* TASK INSTRUCTIONS *
Beneath this line are the data; copy exactly the part of them that opens with the line containing "f 260 259 144" and closes with the line containing "f 113 243 112", and only that part.

(RECORDS FOR PROCESSING begins)

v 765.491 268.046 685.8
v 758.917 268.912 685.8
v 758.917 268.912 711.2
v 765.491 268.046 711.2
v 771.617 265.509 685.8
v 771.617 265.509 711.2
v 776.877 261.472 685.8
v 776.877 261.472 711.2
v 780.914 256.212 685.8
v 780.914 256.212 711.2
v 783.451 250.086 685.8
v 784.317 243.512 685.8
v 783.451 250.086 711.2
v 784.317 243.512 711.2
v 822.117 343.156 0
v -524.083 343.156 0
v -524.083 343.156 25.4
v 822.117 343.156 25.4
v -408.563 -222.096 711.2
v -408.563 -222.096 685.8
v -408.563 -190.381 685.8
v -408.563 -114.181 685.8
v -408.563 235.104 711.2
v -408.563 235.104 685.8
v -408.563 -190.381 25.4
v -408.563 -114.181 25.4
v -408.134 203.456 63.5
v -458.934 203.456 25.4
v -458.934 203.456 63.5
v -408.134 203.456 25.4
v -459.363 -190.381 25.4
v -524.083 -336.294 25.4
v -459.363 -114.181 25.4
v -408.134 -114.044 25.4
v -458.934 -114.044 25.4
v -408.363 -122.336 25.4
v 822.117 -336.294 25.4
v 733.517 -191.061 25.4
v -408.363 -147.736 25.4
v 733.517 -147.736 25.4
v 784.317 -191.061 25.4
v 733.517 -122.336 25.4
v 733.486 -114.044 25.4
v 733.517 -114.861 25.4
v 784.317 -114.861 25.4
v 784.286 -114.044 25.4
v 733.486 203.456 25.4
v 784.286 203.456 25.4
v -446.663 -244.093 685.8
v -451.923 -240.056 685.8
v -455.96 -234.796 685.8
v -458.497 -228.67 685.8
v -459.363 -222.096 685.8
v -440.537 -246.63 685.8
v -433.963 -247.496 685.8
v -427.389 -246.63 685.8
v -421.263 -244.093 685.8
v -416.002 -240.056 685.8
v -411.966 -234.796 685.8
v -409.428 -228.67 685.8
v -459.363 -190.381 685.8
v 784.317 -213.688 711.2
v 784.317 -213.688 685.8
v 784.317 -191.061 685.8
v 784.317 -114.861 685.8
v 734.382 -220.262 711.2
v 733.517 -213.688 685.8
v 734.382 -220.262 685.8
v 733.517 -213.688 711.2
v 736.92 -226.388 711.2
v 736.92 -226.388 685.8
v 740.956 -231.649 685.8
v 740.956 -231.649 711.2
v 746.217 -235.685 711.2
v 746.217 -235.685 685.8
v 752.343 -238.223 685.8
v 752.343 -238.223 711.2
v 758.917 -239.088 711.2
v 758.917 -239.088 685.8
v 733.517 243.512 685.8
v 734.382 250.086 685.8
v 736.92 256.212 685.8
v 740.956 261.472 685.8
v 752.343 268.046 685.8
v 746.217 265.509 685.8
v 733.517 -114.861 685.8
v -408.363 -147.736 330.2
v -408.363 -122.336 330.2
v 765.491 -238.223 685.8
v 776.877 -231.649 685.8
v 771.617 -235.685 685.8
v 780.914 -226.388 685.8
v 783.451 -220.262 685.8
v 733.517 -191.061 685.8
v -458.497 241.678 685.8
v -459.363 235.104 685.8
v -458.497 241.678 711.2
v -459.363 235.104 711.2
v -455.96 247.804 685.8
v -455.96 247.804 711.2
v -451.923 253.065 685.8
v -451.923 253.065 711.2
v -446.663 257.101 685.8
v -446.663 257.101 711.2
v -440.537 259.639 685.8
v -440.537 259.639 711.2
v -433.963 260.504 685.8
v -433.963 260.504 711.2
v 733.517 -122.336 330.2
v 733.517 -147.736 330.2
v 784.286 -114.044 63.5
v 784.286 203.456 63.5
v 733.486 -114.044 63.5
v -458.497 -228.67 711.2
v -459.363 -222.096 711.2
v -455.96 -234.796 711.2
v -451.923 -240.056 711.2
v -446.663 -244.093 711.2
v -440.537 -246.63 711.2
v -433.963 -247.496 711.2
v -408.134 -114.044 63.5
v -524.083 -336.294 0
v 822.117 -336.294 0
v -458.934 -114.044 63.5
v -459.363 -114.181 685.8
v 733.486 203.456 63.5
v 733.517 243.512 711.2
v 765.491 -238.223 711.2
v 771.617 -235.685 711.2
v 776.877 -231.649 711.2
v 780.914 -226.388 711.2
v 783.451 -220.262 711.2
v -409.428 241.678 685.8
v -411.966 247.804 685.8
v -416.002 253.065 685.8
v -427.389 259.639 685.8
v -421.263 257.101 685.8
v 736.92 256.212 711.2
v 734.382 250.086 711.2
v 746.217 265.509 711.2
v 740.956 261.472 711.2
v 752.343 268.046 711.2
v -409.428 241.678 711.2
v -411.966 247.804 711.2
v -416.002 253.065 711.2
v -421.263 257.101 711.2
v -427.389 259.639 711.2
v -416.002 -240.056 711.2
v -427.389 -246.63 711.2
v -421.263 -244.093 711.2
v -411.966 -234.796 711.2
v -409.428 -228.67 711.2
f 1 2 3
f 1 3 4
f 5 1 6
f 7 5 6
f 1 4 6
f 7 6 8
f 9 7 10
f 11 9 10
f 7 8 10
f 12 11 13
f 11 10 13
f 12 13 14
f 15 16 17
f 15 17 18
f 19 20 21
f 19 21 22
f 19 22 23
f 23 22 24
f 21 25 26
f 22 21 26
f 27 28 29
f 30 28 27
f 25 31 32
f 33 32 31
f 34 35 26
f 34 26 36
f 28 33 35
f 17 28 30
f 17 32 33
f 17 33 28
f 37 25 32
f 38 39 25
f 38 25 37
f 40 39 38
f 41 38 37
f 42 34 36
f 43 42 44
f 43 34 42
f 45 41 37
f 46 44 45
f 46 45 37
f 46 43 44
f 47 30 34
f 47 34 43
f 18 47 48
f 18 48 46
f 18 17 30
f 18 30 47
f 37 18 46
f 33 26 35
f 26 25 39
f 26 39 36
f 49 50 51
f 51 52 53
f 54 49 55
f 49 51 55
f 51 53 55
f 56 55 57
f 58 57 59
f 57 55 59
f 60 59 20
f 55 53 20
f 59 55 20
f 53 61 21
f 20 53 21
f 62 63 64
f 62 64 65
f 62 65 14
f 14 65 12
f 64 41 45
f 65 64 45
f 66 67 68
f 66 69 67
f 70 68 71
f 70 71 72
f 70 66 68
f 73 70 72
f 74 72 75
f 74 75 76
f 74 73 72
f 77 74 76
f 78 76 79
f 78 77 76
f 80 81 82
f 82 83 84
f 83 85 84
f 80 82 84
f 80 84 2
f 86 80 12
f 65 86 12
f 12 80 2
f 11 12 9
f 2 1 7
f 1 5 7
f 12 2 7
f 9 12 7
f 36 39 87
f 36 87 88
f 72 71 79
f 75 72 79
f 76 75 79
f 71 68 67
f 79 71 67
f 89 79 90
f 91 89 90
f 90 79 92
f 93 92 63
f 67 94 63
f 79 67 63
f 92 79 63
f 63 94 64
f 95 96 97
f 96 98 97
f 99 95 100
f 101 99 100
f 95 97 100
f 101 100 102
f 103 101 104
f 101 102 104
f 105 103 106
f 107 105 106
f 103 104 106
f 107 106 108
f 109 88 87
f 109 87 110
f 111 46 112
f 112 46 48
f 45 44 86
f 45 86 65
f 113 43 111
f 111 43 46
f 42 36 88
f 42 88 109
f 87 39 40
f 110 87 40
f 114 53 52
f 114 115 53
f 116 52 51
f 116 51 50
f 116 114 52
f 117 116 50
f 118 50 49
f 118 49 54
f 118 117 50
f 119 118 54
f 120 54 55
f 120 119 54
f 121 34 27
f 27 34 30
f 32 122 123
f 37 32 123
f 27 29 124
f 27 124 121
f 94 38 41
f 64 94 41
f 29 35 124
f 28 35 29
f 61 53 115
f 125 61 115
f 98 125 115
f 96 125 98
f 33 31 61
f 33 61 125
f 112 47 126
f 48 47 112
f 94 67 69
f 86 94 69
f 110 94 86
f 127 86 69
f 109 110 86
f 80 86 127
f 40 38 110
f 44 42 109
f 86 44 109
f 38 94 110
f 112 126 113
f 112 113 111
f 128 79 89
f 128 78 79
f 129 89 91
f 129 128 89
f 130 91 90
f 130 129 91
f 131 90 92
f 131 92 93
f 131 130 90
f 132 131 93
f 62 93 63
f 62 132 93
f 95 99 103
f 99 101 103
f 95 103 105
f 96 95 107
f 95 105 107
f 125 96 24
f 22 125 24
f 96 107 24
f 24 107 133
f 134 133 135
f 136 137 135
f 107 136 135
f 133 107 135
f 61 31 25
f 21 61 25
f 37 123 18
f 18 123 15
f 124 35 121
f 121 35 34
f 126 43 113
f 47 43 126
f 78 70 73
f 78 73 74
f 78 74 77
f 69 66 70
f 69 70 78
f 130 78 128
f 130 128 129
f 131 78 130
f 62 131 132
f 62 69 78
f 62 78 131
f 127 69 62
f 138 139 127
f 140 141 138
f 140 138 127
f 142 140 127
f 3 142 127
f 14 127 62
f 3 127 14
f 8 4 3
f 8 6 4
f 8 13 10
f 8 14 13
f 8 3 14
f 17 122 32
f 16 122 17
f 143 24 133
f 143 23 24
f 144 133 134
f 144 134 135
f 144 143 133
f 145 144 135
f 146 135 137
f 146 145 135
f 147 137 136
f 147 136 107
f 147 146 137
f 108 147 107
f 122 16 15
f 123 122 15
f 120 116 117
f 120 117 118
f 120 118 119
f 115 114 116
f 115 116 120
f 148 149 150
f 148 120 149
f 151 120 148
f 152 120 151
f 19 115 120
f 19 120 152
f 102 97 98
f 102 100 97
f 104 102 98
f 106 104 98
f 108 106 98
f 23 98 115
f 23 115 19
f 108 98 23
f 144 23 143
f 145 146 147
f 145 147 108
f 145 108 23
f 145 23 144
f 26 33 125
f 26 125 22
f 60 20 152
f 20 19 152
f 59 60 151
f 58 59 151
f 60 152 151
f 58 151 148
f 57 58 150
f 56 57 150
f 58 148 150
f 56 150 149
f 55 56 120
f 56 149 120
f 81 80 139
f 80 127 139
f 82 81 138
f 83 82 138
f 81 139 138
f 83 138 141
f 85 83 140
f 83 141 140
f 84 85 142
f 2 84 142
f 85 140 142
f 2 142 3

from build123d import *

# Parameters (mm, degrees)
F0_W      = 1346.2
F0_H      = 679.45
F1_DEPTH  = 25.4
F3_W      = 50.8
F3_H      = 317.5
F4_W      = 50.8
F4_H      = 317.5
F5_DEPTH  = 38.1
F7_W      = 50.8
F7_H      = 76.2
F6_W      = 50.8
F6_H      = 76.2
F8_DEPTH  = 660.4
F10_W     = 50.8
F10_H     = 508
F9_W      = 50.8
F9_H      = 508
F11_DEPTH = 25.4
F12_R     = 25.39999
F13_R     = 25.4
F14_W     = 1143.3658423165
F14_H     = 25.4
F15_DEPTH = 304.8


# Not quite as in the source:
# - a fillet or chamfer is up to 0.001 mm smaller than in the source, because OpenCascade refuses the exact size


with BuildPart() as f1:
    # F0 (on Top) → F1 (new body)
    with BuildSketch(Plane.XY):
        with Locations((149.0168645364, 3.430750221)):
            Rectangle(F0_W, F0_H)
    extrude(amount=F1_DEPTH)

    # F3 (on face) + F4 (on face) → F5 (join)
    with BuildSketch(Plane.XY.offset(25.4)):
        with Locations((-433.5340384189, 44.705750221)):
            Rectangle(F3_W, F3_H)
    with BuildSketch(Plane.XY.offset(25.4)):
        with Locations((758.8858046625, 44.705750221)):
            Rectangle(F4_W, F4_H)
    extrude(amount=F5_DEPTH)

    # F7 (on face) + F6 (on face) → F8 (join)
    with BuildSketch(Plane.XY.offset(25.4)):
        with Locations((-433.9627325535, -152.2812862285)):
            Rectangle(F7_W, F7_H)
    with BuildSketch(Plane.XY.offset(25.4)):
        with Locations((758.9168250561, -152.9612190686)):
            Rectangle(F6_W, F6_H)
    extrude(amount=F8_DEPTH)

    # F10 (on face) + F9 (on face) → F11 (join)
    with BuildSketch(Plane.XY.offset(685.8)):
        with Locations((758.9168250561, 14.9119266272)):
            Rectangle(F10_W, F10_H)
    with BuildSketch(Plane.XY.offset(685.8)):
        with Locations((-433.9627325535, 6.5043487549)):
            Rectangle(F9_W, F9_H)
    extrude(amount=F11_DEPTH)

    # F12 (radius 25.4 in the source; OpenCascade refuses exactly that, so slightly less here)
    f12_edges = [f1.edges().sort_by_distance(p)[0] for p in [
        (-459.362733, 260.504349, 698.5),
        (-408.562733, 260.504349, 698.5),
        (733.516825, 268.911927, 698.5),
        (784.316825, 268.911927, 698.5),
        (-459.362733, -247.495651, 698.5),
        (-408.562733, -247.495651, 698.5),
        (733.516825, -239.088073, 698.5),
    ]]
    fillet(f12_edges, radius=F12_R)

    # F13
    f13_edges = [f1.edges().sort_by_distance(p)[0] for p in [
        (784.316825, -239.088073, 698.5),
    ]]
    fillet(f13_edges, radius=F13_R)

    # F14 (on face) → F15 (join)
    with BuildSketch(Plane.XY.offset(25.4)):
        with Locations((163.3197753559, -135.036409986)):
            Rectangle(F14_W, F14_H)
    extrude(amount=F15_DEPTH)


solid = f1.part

(RECORDS FOR PROCESSING ends)
(RECORDS FOR PROCESSING begins)

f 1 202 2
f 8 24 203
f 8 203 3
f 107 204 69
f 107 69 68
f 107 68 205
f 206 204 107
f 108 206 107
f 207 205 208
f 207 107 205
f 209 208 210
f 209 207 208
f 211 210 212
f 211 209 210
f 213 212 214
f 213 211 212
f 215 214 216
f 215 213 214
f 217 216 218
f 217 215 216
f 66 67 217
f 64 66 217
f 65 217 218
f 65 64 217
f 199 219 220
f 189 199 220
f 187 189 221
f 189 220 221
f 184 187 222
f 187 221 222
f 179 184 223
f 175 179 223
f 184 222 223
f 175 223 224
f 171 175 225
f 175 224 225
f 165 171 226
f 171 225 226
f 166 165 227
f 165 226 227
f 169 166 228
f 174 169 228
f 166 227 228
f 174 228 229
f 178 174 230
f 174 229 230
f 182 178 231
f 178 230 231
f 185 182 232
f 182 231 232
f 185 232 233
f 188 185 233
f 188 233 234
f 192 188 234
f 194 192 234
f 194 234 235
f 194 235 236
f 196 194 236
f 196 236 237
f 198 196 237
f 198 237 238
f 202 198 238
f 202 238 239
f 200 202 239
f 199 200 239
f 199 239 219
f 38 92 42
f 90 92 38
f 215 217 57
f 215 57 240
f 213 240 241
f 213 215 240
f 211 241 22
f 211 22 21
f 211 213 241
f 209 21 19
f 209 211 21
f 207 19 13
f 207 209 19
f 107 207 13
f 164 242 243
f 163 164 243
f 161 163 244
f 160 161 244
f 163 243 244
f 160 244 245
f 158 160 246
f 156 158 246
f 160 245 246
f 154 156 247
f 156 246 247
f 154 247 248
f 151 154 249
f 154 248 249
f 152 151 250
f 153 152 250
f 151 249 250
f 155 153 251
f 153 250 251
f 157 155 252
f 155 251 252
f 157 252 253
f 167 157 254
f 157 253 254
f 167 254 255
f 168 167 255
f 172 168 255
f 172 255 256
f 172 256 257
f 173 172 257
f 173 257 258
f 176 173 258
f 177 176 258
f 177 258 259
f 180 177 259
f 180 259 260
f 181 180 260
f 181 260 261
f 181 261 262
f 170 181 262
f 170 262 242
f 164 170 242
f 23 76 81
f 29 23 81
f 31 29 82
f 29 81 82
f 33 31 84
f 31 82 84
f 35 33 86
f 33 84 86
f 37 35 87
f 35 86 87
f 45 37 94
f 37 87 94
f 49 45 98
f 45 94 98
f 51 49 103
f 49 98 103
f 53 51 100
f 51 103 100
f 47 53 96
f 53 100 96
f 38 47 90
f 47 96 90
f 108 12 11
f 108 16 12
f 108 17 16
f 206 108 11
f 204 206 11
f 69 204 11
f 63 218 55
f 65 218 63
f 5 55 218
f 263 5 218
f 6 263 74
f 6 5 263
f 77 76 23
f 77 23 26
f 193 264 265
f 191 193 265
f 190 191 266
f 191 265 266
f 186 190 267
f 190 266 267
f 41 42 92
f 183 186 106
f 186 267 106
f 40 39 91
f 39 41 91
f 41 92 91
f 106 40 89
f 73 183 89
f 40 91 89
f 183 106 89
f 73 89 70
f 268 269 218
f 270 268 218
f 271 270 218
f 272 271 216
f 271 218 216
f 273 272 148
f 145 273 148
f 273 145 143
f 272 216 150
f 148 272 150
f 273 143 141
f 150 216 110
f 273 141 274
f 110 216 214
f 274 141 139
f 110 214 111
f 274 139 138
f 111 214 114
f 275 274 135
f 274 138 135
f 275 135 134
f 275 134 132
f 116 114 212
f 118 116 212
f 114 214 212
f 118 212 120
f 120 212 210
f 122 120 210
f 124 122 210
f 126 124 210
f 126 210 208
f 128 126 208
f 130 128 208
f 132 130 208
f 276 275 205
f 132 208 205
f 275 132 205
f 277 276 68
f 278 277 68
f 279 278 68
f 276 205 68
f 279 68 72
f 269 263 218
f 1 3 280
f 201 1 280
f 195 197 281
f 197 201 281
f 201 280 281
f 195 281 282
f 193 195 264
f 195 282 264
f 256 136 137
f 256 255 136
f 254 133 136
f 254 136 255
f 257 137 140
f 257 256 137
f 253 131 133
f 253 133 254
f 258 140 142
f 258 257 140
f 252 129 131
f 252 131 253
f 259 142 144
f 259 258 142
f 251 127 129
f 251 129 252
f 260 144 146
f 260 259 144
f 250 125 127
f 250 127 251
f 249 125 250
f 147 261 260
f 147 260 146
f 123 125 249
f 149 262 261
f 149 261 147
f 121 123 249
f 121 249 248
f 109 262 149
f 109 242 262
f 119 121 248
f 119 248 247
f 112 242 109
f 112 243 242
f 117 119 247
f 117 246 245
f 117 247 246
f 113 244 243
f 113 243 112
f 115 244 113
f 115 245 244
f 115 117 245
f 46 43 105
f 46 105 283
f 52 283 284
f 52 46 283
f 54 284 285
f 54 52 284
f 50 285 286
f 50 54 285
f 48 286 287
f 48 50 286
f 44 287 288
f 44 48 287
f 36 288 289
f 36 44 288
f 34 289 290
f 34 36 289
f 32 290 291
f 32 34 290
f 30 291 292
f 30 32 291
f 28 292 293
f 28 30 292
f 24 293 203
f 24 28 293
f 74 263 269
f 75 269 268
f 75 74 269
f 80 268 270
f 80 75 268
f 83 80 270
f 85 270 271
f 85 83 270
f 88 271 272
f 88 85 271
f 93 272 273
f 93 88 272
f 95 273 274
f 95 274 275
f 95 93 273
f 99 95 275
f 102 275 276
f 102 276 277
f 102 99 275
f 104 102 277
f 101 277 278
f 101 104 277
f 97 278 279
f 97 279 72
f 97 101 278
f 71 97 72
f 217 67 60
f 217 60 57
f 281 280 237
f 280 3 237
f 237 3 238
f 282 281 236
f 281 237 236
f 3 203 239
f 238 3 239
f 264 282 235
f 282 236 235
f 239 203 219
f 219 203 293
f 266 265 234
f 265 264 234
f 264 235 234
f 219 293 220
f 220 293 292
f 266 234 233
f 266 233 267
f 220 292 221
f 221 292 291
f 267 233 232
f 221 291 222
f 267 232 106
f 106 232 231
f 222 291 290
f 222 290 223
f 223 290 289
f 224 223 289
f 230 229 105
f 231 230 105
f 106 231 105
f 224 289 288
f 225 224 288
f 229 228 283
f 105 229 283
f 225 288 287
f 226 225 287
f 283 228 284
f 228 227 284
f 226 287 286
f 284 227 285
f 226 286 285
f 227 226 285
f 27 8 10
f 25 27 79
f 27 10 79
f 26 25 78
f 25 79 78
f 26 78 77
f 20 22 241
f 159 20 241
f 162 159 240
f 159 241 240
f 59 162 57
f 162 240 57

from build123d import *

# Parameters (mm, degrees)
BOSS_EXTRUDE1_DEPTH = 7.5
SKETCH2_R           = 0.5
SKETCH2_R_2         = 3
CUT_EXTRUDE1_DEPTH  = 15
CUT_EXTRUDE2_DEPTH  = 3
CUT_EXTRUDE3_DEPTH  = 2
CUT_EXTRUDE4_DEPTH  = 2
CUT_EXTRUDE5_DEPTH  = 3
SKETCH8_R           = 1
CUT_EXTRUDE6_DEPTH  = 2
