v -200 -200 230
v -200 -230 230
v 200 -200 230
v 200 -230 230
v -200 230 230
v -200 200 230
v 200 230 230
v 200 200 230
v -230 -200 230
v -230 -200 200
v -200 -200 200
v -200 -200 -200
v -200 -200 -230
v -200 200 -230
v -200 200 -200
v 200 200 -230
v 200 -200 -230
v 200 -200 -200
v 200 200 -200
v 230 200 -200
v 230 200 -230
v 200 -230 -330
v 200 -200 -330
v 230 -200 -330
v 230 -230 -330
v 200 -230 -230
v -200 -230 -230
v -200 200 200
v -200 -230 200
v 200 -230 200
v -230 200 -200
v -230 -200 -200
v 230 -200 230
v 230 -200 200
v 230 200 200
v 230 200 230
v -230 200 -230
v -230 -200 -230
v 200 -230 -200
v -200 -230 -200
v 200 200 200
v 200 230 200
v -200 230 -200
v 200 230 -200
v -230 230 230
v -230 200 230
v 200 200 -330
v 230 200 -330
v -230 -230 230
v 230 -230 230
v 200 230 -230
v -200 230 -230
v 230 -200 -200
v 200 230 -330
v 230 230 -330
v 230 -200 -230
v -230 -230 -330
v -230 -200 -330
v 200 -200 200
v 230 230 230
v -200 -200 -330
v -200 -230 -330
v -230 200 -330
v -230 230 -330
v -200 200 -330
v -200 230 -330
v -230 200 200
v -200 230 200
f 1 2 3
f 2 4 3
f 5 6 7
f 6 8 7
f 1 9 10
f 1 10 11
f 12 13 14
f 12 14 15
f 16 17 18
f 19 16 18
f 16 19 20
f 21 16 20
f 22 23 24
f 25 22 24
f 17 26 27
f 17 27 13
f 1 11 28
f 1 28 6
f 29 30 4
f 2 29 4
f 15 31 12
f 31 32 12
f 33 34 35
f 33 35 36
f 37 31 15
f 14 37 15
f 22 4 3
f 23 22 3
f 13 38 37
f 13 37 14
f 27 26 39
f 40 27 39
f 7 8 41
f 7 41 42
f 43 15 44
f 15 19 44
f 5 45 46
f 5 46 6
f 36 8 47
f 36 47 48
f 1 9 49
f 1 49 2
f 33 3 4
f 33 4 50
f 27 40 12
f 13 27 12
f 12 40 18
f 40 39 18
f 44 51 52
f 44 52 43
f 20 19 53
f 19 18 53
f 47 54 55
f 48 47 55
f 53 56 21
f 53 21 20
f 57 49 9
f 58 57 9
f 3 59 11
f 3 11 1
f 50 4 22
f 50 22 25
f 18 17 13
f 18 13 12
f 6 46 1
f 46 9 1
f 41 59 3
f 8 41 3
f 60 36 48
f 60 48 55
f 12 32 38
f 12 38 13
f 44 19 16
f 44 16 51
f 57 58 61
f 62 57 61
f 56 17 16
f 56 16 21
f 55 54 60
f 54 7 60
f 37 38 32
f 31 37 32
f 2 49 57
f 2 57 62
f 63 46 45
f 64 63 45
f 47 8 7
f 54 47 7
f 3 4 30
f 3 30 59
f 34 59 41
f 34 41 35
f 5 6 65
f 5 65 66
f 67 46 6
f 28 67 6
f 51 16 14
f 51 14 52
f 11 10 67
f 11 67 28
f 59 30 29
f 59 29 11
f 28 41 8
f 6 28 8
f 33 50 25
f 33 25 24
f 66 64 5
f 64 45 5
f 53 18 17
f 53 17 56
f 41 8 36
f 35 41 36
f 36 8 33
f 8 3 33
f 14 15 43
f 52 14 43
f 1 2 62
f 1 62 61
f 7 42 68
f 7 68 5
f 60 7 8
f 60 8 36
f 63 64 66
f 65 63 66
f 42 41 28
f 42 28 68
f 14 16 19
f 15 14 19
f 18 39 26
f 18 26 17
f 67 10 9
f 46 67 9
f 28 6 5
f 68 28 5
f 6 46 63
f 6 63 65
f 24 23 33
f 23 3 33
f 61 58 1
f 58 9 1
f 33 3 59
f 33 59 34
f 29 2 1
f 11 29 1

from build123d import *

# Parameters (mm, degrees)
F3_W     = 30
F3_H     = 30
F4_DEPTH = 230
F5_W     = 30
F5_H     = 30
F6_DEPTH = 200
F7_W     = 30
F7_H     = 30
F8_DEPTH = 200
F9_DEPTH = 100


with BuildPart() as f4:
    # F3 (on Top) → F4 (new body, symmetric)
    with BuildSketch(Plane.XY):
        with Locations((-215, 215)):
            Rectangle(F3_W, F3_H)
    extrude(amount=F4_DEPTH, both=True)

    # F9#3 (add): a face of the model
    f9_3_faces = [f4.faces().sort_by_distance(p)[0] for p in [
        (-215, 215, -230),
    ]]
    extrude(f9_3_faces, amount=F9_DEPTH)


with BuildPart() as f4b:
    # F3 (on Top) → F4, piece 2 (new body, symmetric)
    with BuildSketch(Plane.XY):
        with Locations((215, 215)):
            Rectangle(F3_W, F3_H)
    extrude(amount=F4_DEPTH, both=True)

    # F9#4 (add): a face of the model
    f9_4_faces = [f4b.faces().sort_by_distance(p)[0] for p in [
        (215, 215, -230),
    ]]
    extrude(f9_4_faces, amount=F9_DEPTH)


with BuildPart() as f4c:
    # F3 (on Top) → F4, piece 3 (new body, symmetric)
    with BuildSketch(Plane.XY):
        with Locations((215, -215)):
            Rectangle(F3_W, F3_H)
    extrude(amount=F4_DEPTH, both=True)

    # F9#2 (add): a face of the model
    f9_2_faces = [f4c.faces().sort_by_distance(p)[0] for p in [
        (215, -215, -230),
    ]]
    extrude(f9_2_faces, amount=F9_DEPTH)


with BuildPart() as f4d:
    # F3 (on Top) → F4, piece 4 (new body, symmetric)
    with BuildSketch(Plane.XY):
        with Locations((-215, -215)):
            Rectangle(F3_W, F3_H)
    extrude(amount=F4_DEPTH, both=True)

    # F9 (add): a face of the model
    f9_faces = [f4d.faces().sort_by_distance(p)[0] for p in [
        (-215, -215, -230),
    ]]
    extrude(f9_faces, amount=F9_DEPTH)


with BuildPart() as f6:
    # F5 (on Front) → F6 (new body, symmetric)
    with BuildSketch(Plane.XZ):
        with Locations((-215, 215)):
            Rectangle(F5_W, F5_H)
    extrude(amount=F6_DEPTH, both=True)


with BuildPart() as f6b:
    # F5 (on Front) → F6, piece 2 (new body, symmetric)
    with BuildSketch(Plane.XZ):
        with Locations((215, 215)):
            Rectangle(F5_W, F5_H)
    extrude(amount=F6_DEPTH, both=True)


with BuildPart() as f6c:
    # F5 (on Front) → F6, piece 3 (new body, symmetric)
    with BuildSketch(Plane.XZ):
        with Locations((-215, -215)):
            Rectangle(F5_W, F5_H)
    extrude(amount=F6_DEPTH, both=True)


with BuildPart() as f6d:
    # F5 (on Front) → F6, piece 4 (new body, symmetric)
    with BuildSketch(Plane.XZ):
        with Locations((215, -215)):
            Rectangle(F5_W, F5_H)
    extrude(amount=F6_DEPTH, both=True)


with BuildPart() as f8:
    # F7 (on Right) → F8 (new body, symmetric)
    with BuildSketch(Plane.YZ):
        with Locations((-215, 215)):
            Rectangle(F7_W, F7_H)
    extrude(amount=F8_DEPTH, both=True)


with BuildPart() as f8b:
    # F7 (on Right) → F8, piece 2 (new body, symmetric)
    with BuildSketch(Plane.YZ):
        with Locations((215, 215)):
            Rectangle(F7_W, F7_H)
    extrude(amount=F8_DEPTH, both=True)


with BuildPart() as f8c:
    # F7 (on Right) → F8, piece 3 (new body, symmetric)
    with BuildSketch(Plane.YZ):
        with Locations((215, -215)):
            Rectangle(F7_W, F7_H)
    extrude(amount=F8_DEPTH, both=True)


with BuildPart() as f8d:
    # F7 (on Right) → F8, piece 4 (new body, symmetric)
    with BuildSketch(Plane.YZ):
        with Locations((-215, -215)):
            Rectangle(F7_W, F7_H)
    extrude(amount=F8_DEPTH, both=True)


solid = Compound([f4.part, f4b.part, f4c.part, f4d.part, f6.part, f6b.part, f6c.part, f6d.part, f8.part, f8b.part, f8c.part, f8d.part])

(RECORDS FOR PROCESSING ends)

* EXERCISE ANSWER *
f 260 259 144
f 250 125 127
f 250 127 251
f 249 125 250
f 147 261 260
f 147 260 146
f 123 125 249
f 149 262 261
f 149 261 147
f 121 123 249
f 121 249 248
f 109 262 149
f 109 242 262
f 119 121 248
f 119 248 247
f 112 242 109
f 112 243 242
f 117 119 247
f 117 246 245
f 117 247 246
f 113 244 243
f 113 243 112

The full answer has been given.